LoRA training for LLaMA

A simple guide that hopefully doesn't miss anything.

This was tested on a runpod instance, which runs debian. I don't think it'll work on windows but it works on WSL Ubuntu as well. You'll need python 3.1 and anaconda/miniconda as well.

I don't think I missed anything.

Setup

conda install pytorch torchvision torchaudio pytorch-cuda=11.7 -c pytorch -c nvidia
git clone https://github.com/GamerUntouch/minimal-llama
cd minimal-llama
pip install -r requirements.txt

This will set up the proper modules to run the minimal-llama system, which I've edited slightly to generate the proper LoRA files.

In order to train these files, you need the HF converted int8 weights and the tokenizer.model files beforehand.

Tokenization

The LoRA generator needs a tokenized .arrow file. This script will generate that from a .txt file provided.

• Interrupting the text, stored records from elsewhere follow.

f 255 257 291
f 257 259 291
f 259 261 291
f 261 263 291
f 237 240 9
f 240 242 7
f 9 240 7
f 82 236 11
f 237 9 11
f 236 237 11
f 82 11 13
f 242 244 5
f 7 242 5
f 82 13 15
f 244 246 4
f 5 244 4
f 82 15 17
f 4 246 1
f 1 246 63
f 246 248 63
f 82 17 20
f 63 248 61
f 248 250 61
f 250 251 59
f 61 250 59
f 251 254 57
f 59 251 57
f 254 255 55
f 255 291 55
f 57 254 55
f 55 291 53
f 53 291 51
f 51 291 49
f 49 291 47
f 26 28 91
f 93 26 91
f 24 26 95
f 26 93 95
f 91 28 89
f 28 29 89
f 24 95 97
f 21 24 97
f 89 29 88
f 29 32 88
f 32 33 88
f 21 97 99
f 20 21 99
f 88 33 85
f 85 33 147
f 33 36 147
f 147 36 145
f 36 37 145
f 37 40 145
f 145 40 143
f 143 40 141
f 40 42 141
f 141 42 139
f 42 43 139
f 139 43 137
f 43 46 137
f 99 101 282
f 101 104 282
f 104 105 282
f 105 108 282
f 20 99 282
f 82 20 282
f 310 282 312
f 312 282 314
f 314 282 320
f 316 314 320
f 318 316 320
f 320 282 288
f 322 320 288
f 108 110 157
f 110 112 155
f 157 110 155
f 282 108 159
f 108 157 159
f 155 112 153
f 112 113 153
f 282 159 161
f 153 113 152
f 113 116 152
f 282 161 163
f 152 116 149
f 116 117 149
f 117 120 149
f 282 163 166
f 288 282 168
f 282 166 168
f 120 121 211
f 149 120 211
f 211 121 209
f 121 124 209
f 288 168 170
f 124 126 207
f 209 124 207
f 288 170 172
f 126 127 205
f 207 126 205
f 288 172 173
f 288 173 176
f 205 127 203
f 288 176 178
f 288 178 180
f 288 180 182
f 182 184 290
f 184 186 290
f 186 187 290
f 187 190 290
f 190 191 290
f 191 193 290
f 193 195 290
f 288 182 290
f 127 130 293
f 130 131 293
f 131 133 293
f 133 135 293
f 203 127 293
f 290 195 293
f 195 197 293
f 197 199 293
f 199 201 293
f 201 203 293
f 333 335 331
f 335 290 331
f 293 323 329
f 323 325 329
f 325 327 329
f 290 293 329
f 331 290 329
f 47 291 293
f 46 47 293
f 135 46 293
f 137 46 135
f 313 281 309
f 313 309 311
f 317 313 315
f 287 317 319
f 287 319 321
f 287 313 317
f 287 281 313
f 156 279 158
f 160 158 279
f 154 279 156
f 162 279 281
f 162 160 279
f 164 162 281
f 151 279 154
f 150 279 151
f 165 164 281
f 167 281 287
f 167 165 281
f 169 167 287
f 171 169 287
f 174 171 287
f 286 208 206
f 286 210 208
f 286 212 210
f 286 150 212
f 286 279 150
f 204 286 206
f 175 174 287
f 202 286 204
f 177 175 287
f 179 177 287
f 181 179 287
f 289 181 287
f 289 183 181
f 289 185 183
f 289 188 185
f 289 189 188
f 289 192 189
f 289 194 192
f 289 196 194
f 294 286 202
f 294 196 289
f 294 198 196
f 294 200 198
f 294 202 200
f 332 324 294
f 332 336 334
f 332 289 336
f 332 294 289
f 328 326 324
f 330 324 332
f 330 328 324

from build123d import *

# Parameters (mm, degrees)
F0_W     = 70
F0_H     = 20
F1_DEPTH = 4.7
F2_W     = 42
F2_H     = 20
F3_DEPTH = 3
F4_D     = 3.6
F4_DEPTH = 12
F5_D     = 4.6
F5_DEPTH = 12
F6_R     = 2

python tokenize_dataset.py --tokenizer_path tokenizer/tokenizer.model --text_path text/textfile.txt --save_path output/folder --max_seq_length 256

The json loader doesn't like invalid escape codes. Text like "!" should be changed to "\!" before running this. The max_seq_length determines the batch size and will matter in the next script.

LoRA Training

python finetune_peft.py --model_path folder/with/int8/converted/weights --dataset_path output/folder --peft_mode lora --lora_rank 8 --per_device_train_batch_size 1 --gradient_accumulation_steps 1 --max_steps 300 --learning_rate 2e-4 --fp16 --logging_steps 10 --output_dir lora/output/folder

Based on my testing, I've found that a 3060 is able to handle a batch size of 196 and a per_device_train_batch_size of 1. You can fiddle with the parameters for training.
The script is fairly slow.

Merging

python lora_merge.py --model_path /path/to/llama-7b --peft_path /path/to/peft --output_path /path/to/output --tokenizer_path /path/to/tozenizer

Seems to be somewhat faulty, but will merge and allow you to run finetuned models. Seems to inflate the filesize, maybe making it 16-bit instead of 8-bit, no idea.

Running LoRAs

The latest oobabooga text-generation-webui version allows LoRAs to be used at int8. I haven't tested it, but hypothetically merging LoRA with int8 weights then converting them to 4bit SHOULD work. I haven't tested this so I don't really know, though.